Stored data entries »
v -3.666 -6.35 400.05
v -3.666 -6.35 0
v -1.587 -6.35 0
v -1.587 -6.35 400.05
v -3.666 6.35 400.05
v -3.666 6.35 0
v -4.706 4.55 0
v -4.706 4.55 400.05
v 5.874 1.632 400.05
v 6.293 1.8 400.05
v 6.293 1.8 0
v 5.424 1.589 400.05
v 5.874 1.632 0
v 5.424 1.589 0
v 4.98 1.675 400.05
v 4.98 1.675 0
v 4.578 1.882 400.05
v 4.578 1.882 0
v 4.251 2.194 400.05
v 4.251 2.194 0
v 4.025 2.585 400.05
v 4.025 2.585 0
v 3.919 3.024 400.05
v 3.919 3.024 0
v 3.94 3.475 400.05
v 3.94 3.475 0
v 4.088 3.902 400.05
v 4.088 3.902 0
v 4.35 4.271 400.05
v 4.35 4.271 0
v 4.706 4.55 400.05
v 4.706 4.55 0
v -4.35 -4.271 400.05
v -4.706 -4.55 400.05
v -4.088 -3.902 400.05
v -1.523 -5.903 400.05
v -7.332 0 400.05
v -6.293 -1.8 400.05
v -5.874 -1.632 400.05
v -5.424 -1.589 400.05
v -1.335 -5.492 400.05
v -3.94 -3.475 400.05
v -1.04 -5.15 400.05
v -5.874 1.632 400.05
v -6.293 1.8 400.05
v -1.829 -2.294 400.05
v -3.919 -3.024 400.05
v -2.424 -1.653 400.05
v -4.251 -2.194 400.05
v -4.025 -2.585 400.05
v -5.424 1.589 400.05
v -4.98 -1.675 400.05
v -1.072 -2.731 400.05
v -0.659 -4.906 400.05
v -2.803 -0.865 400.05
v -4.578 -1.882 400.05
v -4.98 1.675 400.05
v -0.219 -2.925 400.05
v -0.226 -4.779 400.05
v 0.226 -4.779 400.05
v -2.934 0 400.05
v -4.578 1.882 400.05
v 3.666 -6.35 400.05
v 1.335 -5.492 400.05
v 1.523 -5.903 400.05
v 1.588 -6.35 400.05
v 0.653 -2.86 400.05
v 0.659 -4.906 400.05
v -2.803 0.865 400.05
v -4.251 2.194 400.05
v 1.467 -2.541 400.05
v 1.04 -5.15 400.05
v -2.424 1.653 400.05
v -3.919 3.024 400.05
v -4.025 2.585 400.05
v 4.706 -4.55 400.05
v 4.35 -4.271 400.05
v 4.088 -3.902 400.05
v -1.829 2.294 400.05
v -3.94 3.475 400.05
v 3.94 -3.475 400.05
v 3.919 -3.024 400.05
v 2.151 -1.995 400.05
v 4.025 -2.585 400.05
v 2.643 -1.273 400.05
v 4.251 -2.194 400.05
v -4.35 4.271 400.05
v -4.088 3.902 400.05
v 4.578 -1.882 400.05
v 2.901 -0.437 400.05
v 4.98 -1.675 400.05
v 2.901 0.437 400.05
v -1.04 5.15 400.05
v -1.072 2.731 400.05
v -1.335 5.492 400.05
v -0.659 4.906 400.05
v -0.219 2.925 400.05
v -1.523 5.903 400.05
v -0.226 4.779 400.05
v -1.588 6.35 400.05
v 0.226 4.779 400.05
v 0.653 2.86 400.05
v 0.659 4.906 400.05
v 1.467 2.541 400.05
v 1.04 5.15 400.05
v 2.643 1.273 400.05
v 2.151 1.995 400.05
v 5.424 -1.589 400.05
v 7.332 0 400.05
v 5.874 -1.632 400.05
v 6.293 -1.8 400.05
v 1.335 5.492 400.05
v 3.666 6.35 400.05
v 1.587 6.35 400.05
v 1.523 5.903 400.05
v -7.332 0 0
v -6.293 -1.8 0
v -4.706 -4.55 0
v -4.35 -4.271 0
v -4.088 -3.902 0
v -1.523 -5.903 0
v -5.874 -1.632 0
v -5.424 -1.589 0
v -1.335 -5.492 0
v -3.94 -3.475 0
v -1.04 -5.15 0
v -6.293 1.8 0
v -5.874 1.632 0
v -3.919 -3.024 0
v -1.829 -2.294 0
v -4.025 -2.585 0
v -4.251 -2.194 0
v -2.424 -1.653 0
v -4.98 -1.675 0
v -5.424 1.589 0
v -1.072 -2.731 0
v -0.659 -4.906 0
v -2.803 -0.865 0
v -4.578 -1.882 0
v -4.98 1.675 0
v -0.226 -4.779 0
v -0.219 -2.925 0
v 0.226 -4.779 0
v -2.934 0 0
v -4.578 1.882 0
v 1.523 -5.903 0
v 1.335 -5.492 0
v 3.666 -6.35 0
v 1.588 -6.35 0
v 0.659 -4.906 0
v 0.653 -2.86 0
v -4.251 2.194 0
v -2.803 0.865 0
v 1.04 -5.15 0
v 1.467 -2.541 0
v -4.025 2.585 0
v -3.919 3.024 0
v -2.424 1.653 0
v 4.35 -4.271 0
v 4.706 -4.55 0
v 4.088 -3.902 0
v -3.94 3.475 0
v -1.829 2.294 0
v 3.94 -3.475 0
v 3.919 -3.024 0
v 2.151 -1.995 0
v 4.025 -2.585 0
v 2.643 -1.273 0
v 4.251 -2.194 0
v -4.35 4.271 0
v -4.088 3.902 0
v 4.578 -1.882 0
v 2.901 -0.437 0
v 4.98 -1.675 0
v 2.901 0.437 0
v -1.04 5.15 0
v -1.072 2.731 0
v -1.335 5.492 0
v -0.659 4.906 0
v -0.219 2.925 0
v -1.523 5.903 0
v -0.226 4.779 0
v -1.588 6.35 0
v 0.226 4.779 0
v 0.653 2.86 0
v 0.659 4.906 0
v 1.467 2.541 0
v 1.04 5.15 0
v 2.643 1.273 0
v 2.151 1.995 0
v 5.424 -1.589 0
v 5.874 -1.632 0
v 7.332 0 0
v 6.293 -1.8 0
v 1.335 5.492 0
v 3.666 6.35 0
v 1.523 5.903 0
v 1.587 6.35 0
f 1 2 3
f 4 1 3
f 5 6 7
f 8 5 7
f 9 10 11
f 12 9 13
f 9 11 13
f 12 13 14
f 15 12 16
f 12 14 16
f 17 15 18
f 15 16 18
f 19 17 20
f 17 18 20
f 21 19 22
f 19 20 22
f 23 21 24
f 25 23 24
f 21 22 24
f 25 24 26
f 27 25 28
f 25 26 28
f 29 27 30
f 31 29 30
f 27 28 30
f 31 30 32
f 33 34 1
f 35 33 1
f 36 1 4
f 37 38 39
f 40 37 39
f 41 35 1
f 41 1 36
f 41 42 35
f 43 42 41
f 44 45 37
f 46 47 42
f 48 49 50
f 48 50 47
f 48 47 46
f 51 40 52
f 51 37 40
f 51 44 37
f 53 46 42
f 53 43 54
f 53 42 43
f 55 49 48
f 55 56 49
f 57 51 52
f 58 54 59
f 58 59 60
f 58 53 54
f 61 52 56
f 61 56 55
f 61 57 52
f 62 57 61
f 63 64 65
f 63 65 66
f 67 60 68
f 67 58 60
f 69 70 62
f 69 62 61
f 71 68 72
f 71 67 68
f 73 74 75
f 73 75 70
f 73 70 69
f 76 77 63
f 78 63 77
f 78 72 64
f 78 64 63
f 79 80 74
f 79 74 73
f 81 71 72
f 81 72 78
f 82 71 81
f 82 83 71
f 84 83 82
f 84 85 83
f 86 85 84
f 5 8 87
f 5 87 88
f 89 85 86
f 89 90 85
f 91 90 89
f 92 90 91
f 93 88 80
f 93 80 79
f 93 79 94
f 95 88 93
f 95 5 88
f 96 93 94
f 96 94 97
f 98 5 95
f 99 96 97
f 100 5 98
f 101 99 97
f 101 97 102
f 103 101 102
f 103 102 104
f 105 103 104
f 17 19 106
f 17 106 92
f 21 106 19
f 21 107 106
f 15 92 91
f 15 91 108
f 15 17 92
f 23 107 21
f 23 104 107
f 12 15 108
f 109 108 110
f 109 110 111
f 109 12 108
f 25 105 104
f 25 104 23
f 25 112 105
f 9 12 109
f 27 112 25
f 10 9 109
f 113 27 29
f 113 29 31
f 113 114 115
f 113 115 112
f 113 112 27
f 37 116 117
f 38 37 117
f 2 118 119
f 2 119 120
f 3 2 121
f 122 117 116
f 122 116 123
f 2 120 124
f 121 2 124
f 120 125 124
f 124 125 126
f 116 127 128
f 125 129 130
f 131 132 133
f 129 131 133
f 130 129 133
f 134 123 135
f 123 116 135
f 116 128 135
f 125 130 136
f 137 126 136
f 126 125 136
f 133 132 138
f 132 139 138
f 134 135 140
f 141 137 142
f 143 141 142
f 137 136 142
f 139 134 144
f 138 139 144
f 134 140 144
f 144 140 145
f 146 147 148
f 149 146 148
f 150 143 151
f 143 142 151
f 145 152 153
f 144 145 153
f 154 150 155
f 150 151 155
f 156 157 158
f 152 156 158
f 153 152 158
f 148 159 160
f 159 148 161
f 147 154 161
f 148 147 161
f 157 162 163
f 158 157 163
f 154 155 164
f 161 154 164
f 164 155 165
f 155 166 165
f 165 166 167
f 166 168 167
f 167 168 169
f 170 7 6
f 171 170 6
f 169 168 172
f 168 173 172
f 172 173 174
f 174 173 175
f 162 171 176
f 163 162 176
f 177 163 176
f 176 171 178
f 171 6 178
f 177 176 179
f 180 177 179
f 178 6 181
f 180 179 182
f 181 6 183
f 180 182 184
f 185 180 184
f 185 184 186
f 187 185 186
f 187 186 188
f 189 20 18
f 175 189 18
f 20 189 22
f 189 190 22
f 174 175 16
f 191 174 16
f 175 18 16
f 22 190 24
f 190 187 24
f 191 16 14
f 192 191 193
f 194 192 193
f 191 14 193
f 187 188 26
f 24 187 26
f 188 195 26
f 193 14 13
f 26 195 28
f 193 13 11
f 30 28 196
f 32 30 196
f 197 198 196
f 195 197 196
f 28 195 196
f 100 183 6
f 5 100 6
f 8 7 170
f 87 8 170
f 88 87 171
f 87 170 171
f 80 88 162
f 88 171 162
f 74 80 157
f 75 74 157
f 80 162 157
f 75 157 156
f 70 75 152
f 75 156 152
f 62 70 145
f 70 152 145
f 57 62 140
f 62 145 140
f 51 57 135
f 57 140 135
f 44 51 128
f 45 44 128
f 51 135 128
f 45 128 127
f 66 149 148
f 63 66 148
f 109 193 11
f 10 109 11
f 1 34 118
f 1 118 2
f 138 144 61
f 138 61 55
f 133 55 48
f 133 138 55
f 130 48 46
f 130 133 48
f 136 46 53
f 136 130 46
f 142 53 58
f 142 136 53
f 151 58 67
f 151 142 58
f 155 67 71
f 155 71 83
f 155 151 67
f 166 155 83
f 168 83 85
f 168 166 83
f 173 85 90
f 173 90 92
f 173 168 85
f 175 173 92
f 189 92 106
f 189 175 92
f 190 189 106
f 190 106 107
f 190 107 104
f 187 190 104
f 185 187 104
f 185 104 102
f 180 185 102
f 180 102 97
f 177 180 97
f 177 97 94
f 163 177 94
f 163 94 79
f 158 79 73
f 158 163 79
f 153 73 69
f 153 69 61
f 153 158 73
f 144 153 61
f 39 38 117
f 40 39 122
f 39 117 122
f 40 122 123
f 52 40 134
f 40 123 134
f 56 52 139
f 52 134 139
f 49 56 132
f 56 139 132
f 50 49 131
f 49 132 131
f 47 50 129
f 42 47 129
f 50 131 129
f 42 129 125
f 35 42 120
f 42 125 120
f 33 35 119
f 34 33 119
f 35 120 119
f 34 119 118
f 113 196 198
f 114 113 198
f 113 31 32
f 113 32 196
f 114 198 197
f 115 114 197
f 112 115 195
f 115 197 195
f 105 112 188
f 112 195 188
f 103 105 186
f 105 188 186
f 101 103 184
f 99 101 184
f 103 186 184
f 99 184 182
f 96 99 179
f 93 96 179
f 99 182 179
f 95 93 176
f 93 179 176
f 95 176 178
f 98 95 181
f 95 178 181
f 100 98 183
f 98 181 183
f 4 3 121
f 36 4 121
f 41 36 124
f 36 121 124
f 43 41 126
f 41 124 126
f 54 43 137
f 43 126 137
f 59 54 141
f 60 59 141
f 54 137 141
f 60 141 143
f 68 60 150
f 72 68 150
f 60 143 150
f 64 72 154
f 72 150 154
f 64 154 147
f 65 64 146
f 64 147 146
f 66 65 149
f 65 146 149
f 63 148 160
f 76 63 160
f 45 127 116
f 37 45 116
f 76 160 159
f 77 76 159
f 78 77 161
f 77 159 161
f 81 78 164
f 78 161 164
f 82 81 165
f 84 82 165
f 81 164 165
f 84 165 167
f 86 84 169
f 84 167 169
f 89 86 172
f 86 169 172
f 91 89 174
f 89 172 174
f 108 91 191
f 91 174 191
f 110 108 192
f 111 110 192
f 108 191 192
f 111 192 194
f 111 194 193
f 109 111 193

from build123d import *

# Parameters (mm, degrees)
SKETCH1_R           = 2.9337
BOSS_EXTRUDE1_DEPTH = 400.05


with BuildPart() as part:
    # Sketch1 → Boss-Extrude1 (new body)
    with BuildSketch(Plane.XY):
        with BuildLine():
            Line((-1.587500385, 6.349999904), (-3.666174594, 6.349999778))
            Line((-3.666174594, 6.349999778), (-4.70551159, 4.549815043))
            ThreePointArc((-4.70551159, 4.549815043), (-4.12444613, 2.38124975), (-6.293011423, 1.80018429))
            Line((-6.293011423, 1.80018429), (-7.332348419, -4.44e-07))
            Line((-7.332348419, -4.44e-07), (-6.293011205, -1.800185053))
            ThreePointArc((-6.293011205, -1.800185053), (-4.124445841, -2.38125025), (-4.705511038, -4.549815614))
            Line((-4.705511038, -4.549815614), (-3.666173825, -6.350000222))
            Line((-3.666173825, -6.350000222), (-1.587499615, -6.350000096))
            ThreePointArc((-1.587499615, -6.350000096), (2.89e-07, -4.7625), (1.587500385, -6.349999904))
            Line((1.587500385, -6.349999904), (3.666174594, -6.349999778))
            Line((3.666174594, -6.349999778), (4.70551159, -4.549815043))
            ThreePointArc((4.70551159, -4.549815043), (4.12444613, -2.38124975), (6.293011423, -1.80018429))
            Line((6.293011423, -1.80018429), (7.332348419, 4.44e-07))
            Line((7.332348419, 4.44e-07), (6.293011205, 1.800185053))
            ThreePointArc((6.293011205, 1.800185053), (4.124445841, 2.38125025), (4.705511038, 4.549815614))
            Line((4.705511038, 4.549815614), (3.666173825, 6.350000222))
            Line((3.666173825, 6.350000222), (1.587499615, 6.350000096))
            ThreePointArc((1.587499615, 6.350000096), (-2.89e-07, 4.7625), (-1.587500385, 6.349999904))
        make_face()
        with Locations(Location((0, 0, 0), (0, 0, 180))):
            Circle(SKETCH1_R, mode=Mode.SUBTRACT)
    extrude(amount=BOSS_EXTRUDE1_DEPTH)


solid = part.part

--

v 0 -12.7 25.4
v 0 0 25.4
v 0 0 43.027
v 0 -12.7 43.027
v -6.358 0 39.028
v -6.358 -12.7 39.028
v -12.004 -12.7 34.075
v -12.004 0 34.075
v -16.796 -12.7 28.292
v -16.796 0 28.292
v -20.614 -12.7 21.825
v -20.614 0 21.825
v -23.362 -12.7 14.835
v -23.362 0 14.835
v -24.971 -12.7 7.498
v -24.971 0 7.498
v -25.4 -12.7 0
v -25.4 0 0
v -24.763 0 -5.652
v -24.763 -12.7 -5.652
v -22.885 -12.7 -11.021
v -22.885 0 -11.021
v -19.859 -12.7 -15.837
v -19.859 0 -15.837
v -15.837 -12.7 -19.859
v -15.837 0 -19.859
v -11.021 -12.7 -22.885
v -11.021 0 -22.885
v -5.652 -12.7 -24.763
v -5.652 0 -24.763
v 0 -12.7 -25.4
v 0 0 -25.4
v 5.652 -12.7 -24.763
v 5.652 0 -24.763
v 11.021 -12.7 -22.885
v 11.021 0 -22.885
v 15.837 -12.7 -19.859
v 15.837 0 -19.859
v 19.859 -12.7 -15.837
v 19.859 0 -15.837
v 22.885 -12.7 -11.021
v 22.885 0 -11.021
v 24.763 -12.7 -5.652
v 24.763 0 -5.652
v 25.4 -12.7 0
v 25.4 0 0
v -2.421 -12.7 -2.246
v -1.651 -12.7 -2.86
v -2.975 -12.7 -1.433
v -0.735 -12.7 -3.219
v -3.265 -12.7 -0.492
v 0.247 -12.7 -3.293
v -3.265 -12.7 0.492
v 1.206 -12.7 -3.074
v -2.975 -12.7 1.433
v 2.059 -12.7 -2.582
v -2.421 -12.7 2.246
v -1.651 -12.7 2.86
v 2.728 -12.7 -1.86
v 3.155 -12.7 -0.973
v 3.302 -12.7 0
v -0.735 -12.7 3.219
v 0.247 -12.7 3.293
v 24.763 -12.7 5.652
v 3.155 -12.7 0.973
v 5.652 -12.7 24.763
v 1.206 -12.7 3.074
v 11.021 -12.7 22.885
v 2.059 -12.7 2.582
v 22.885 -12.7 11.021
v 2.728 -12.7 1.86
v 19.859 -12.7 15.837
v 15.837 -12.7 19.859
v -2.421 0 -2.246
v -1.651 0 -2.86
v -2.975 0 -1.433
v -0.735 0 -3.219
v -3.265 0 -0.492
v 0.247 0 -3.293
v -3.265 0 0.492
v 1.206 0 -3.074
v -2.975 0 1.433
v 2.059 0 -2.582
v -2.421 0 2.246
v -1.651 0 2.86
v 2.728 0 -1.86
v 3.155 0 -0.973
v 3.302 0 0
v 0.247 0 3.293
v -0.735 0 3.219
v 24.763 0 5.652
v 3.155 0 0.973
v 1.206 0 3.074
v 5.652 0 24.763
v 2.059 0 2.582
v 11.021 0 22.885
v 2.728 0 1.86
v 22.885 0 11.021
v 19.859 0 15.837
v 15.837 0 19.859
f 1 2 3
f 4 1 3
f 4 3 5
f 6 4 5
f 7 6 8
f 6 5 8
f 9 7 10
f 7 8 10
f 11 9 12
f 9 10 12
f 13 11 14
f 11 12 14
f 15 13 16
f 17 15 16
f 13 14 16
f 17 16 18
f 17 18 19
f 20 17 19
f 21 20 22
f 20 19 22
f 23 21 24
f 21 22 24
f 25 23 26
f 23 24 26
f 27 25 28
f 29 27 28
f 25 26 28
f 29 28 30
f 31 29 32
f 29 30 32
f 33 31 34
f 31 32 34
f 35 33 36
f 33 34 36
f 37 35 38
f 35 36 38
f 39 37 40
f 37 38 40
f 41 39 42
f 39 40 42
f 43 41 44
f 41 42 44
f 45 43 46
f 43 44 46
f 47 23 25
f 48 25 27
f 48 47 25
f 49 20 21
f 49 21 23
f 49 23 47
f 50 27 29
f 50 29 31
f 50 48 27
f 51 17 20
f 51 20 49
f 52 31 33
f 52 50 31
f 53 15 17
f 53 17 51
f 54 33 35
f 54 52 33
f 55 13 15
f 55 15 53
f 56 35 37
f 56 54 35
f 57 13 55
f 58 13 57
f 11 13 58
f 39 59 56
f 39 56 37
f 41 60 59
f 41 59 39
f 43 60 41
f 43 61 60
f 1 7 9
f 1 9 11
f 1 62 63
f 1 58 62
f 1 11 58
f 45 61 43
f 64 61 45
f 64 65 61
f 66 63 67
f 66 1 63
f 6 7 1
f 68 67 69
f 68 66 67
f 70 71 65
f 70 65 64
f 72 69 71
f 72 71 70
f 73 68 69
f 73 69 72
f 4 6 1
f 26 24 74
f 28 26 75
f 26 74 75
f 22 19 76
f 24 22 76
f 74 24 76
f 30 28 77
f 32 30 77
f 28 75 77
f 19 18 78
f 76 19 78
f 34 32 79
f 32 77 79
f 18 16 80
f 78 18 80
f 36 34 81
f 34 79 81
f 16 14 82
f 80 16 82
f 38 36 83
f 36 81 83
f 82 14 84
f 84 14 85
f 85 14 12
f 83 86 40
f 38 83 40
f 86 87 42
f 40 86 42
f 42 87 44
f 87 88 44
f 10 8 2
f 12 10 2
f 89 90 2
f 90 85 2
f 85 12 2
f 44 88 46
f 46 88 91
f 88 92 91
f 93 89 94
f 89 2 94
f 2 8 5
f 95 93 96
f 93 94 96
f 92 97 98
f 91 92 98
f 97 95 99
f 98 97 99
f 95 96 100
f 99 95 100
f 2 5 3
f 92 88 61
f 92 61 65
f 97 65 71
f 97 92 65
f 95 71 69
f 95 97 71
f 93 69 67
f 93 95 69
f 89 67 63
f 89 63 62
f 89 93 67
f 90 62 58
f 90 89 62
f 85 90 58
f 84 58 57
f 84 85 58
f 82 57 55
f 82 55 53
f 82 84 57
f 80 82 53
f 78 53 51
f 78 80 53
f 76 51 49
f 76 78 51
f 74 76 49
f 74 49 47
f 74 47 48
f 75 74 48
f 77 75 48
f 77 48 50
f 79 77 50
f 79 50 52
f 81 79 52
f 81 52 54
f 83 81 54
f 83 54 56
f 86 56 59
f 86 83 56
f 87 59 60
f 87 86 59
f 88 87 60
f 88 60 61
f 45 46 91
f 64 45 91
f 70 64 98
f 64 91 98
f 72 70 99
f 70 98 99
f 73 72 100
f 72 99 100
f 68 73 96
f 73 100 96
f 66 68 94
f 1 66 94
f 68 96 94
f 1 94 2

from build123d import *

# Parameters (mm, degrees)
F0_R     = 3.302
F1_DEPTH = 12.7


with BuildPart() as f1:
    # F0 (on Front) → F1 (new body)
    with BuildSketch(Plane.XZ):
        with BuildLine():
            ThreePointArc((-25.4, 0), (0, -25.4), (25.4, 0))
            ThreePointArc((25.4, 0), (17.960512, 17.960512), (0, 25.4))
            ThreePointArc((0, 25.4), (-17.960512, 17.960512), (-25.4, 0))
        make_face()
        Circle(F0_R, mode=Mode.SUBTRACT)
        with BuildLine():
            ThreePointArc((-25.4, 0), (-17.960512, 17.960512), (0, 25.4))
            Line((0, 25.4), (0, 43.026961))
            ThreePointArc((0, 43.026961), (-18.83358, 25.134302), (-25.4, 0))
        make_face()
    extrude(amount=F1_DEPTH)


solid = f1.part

PROBLEM TO WORK ON » With the line holding "v -3.666 -6.35 400.05" as the first and the line holding "v 4.706 4.55 0" as the last, set down that range of the entries above exactly, and nothing else.

EXERCISE SOLUTION »
v -3.666 -6.35 400.05
v -3.666 -6.35 0
v -1.587 -6.35 0
v -1.587 -6.35 400.05
v -3.666 6.35 400.05
v -3.666 6.35 0
v -4.706 4.55 0
v -4.706 4.55 400.05
v 5.874 1.632 400.05
v 6.293 1.8 400.05
v 6.293 1.8 0
v 5.424 1.589 400.05
v 5.874 1.632 0
v 5.424 1.589 0
v 4.98 1.675 400.05
v 4.98 1.675 0
v 4.578 1.882 400.05
v 4.578 1.882 0
v 4.251 2.194 400.05
v 4.251 2.194 0
v 4.025 2.585 400.05
v 4.025 2.585 0
v 3.919 3.024 400.05
v 3.919 3.024 0
v 3.94 3.475 400.05
v 3.94 3.475 0
v 4.088 3.902 400.05
v 4.088 3.902 0
v 4.35 4.271 400.05
v 4.35 4.271 0
v 4.706 4.55 400.05
v 4.706 4.55 0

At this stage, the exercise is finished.